I started to heal, day by day. It was hard. It's still hard. I decided to have sex with a friend of mine because I wanted to have sex that wasn’t rape. We didn’t love each other, and we weren’t romantic in any way, but we had a mutual platonic caring, and having sex with him helped me heal. Many people would perceive me as a slut for this, yet I firmly believe those people can fuck off because my life is my own, and they are no one to judge me. People would have crushes on me but I wasn’t ready to be romantic. A childhood acquaintance once posted on Facebook the following quote:
“Be patient with yourself. Nothing in nature blooms all year."

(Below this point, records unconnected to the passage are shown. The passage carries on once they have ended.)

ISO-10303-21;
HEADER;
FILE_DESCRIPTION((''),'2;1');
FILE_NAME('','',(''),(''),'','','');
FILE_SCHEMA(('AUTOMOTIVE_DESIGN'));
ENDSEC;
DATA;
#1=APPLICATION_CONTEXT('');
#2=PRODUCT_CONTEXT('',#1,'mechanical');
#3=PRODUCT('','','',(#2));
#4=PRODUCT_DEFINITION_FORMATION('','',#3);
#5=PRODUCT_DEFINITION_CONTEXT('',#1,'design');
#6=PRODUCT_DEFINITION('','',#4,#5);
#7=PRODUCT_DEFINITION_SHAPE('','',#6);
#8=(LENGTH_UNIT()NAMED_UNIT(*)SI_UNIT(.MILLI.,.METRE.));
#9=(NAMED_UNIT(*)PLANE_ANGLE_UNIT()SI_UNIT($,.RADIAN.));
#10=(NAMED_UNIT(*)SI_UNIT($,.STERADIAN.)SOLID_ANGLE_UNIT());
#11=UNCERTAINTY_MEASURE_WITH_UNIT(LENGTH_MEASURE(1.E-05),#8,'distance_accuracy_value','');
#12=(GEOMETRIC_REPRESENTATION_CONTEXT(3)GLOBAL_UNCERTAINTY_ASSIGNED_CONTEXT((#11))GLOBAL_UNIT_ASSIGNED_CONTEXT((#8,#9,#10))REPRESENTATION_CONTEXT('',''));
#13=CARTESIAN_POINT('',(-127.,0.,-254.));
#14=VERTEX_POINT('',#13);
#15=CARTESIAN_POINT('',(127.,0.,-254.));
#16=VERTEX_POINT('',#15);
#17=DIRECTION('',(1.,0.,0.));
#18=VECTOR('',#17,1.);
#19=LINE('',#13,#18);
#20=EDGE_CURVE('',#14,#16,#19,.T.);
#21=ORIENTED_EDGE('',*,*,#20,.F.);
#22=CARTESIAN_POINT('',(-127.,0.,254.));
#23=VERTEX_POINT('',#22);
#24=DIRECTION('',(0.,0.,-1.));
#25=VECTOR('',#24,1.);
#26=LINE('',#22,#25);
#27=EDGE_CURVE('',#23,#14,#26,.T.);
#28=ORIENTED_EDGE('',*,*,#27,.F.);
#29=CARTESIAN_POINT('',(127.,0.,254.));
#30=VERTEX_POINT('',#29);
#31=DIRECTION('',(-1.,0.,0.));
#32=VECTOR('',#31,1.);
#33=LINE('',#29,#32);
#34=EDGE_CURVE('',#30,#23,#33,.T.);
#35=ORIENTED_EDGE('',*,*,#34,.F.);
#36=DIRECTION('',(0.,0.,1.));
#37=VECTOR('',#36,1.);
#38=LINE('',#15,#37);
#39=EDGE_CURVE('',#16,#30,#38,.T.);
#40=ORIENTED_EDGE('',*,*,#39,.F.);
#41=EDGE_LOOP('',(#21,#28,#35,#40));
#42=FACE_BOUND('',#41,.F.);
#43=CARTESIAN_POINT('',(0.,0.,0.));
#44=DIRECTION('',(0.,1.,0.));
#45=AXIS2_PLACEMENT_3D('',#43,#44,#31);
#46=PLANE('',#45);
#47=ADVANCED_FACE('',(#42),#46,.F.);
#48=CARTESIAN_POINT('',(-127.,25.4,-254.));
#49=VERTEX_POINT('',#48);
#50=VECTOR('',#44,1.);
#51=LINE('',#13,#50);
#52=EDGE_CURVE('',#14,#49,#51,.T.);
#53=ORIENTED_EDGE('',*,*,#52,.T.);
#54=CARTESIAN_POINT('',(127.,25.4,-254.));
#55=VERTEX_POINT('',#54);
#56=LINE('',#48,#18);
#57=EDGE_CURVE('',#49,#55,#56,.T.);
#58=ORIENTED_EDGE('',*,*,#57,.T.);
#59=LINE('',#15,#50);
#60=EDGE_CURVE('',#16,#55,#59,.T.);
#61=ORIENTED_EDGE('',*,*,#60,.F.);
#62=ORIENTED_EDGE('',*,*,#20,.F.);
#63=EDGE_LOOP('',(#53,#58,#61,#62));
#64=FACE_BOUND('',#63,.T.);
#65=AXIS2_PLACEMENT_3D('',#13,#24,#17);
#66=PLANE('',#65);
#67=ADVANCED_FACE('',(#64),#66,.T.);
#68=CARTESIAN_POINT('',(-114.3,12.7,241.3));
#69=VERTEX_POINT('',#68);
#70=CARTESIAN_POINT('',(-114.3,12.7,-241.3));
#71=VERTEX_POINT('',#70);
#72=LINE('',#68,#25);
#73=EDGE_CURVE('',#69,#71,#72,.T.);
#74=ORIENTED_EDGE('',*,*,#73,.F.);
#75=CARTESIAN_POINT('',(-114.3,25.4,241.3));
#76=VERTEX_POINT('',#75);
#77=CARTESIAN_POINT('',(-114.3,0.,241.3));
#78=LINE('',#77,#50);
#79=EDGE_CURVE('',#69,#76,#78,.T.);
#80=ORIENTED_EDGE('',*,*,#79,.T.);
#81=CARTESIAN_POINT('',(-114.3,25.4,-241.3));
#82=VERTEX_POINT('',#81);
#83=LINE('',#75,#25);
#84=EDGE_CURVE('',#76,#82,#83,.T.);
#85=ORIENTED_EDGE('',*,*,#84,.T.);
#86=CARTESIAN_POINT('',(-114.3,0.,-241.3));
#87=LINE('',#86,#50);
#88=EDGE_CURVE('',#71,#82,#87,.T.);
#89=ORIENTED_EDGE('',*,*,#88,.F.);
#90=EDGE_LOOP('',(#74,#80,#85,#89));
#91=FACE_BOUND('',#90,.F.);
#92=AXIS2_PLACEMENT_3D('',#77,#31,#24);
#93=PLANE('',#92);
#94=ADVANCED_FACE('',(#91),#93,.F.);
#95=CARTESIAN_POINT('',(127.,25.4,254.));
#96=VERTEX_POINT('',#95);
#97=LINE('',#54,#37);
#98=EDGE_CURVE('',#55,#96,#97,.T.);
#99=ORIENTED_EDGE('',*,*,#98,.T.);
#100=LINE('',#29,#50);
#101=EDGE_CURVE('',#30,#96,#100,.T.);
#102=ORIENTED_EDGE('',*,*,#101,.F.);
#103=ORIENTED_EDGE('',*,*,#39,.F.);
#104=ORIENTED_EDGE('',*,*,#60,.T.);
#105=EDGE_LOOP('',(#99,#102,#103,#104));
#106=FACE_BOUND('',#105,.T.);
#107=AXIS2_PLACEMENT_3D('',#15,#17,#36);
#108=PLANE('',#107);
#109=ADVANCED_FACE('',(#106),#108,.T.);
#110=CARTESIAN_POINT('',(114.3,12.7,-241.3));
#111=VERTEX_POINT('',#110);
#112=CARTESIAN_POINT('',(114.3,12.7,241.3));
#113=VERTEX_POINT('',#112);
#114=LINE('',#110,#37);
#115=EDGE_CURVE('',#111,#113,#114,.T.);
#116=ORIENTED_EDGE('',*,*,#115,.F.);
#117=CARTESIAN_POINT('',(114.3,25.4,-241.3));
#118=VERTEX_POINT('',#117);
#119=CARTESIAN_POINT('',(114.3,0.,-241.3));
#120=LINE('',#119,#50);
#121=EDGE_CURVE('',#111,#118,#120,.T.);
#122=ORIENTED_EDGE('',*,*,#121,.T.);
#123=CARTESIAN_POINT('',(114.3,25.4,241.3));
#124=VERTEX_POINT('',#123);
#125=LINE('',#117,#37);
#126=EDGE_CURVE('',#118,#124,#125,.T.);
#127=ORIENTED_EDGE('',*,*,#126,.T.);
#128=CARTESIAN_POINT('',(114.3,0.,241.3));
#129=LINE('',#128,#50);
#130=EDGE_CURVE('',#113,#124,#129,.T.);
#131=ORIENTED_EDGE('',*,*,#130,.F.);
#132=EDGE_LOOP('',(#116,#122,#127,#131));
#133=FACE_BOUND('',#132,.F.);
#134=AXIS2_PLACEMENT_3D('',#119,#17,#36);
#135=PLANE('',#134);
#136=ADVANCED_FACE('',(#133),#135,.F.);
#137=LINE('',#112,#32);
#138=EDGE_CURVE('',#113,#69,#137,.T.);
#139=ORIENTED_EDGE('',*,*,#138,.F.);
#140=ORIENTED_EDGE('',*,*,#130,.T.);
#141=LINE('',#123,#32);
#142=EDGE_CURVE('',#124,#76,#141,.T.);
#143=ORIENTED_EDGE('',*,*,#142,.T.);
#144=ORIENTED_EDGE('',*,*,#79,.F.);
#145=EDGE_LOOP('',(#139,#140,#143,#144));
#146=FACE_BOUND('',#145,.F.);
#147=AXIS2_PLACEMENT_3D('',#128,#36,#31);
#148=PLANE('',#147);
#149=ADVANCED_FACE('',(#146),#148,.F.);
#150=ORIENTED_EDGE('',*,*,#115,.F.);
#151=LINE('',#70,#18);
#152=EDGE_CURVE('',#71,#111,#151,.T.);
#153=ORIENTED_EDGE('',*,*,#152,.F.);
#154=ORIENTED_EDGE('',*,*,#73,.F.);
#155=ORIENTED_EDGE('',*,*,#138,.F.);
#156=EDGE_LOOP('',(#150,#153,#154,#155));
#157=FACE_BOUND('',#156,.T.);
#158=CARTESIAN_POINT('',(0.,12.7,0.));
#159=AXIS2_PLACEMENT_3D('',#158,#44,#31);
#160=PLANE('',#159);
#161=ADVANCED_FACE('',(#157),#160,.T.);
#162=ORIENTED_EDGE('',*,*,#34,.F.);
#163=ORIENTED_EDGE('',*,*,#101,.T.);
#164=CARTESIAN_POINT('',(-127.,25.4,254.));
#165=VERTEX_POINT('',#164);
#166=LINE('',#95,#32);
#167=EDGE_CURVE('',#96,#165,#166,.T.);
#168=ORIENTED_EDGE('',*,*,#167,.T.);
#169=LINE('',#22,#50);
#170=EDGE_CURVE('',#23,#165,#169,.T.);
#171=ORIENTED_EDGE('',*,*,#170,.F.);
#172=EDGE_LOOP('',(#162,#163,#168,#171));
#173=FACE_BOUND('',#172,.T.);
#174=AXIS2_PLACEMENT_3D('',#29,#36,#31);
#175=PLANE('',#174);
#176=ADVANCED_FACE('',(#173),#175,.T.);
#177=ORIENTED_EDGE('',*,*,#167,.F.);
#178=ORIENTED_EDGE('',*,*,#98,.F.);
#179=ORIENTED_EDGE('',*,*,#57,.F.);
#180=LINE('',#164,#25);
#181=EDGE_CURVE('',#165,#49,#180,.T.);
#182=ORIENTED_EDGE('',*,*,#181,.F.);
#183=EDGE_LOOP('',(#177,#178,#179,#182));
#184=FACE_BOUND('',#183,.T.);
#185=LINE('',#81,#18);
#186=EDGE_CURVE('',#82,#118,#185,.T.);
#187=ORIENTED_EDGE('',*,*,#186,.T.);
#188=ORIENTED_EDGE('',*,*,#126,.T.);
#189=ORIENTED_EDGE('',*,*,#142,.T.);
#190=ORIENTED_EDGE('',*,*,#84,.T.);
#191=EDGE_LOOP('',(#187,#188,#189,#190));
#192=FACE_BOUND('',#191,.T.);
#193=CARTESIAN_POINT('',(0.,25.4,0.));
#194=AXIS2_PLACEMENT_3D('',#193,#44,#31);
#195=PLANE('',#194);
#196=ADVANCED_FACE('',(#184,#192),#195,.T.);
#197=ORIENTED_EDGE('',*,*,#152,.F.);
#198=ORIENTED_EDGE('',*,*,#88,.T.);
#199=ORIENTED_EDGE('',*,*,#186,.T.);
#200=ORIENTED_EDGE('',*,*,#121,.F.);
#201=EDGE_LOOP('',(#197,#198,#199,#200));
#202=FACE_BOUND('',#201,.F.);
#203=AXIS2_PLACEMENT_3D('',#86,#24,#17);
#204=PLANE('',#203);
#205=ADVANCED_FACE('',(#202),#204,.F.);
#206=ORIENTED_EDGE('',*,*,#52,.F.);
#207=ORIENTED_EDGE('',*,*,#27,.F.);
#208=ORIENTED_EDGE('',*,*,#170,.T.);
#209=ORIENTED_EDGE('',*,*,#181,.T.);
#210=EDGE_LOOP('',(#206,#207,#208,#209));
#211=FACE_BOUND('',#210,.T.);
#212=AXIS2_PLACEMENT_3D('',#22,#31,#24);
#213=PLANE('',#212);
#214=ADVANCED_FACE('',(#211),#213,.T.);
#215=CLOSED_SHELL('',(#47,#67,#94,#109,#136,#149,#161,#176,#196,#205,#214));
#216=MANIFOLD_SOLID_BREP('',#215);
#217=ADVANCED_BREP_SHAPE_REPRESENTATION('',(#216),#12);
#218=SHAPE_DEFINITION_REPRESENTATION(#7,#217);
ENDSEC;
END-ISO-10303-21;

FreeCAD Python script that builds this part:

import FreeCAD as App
import Part
import Sketcher
from FreeCAD import Vector
Q = App.Units.Quantity

doc = App.newDocument("Part")
body = doc.addObject("PartDesign::Body", "Body")

sketch1 = body.newObject("Sketcher::SketchObject", "Sketch")
sketch1.AttachmentSupport = (doc.getObject("XZ_Plane"), [""])
sketch1.MapMode = "FlatFace"
sketch1.addGeometry(Part.LineSegment(Vector(-114, 241, 0), Vector(114, 241, 0)), False)
sketch1.addGeometry(Part.LineSegment(Vector(114, 241, 0), Vector(114, -241, 0)), False)
sketch1.addGeometry(Part.LineSegment(Vector(114, -241, 0), Vector(-114, -241, 0)), False)
sketch1.addGeometry(Part.LineSegment(Vector(-114, -241, 0), Vector(-114, 241, 0)), False)
sketch1.addConstraint(Sketcher.Constraint("Coincident", 0, 2, 1, 1))
sketch1.addConstraint(Sketcher.Constraint("Coincident", 1, 2, 2, 1))
sketch1.addConstraint(Sketcher.Constraint("Coincident", 2, 2, 3, 1))
sketch1.addConstraint(Sketcher.Constraint("Coincident", 3, 2, 0, 1))
sketch1.addConstraint(Sketcher.Constraint("Horizontal", 0))
sketch1.addConstraint(Sketcher.Constraint("Vertical", 1))
sketch1.addConstraint(Sketcher.Constraint("Horizontal", 2))
sketch1.addConstraint(Sketcher.Constraint("Vertical", 3))
sketch1.addConstraint(Sketcher.Constraint("Symmetric", 0, 2, 2, 2, -1, 1))
sketch1.addConstraint(Sketcher.Constraint("DistanceX", 0, 1, 0, 2, Q("9 in")))
sketch1.addConstraint(Sketcher.Constraint("DistanceY", 1, 2, 1, 1, Q("19 in")))
pad1 = body.newObject("PartDesign::Pad", "Pad")
pad1.Profile = sketch1
pad1.Length = Q("0.5 in")
pad1.Reversed = True

sketch2 = body.newObject("Sketcher::SketchObject", "Sketch001")
sketch2.AttachmentSupport = (doc.getObject("XZ_Plane"), [""])
sketch2.MapMode = "FlatFace"
sketch2.addGeometry(Part.LineSegment(Vector(-127, 254, 0), Vector(127, 254, 0)), False)
sketch2.addGeometry(Part.LineSegment(Vector(127, 254, 0), Vector(127, -254, 0)), False)
sketch2.addGeometry(Part.LineSegment(Vector(127, -254, 0), Vector(-127, -254, 0)), False)
sketch2.addGeometry(Part.LineSegment(Vector(-127, -254, 0), Vector(-127, 254, 0)), False)
sketch2.addGeometry(Part.LineSegment(Vector(114, -241, 0), Vector(114, 241, 0)), False)
sketch2.addGeometry(Part.LineSegment(Vector(114, 241, 0), Vector(-114, 241, 0)), False)
sketch2.addGeometry(Part.LineSegment(Vector(-114, 241, 0), Vector(-114, -241, 0)), False)
sketch2.addGeometry(Part.LineSegment(Vector(-114, -241, 0), Vector(114, -241, 0)), False)
sketch2.addConstraint(Sketcher.Constraint("Coincident", 0, 2, 1, 1))
sketch2.addConstraint(Sketcher.Constraint("Coincident", 1, 2, 2, 1))
sketch2.addConstraint(Sketcher.Constraint("Coincident", 2, 2, 3, 1))
sketch2.addConstraint(Sketcher.Constraint("Coincident", 3, 2, 0, 1))
sketch2.addConstraint(Sketcher.Constraint("Coincident", 4, 2, 5, 1))
sketch2.addConstraint(Sketcher.Constraint("Coincident", 5, 2, 6, 1))
sketch2.addConstraint(Sketcher.Constraint("Coincident", 6, 2, 7, 1))
sketch2.addConstraint(Sketcher.Constraint("Coincident", 7, 2, 4, 1))
sketch2.addConstraint(Sketcher.Constraint("Horizontal", 0))
sketch2.addConstraint(Sketcher.Constraint("Vertical", 1))
sketch2.addConstraint(Sketcher.Constraint("Horizontal", 2))
sketch2.addConstraint(Sketcher.Constraint("Vertical", 3))
sketch2.addConstraint(Sketcher.Constraint("Vertical", 4))
sketch2.addConstraint(Sketcher.Constraint("Horizontal", 5))
sketch2.addConstraint(Sketcher.Constraint("Vertical", 6))
sketch2.addConstraint(Sketcher.Constraint("Horizontal", 7))
sketch2.addConstraint(Sketcher.Constraint("Symmetric", 0, 2, 2, 2, -1, 1))
sketch2.addConstraint(Sketcher.Constraint("Symmetric", 4, 2, 6, 2, -1, 1))
sketch2.addConstraint(Sketcher.Constraint("DistanceX", 0, 1, 0, 2, Q("10 in")))
sketch2.addConstraint(Sketcher.Constraint("DistanceX", 5, 2, 5, 1, Q("9 in")))
sketch2.addConstraint(Sketcher.Constraint("DistanceY", 1, 2, 1, 1, Q("20 in")))
sketch2.addConstraint(Sketcher.Constraint("DistanceY", 4, 1, 4, 2, Q("19 in")))
pad2 = body.newObject("PartDesign::Pad", "Pad001")
pad2.Profile = sketch2
pad2.Length = Q("1 in")
pad2.Reversed = True

doc.recompute()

And so I have been patient with myself.
Being 18 has been one of the most difficult experiences of my life yet as my 19th birthday approaches on February 1st, I’m excited for what is to come. Nearly one year after having been sexually assaulted, I have a group of friends who love me and I am doing what I love. I still struggle with having Post Traumatic Stress Disorder, also known as PTSD, yet I have made much progress. I can touch people without crying. I enjoy physicality. I am ready to date if the opportunity arises. If not, that’s great too. I’m happy with who I am, and most days, I feel comfortable in my skin. I am still afraid to fall in love, yet I am choosing to trust love. This isn’t to say that being sexually assaulted helped me in any way because it didn’t. It was horrible, and it feels awful. This is to say that I survived, and now that I am turning 19, I’m going to live.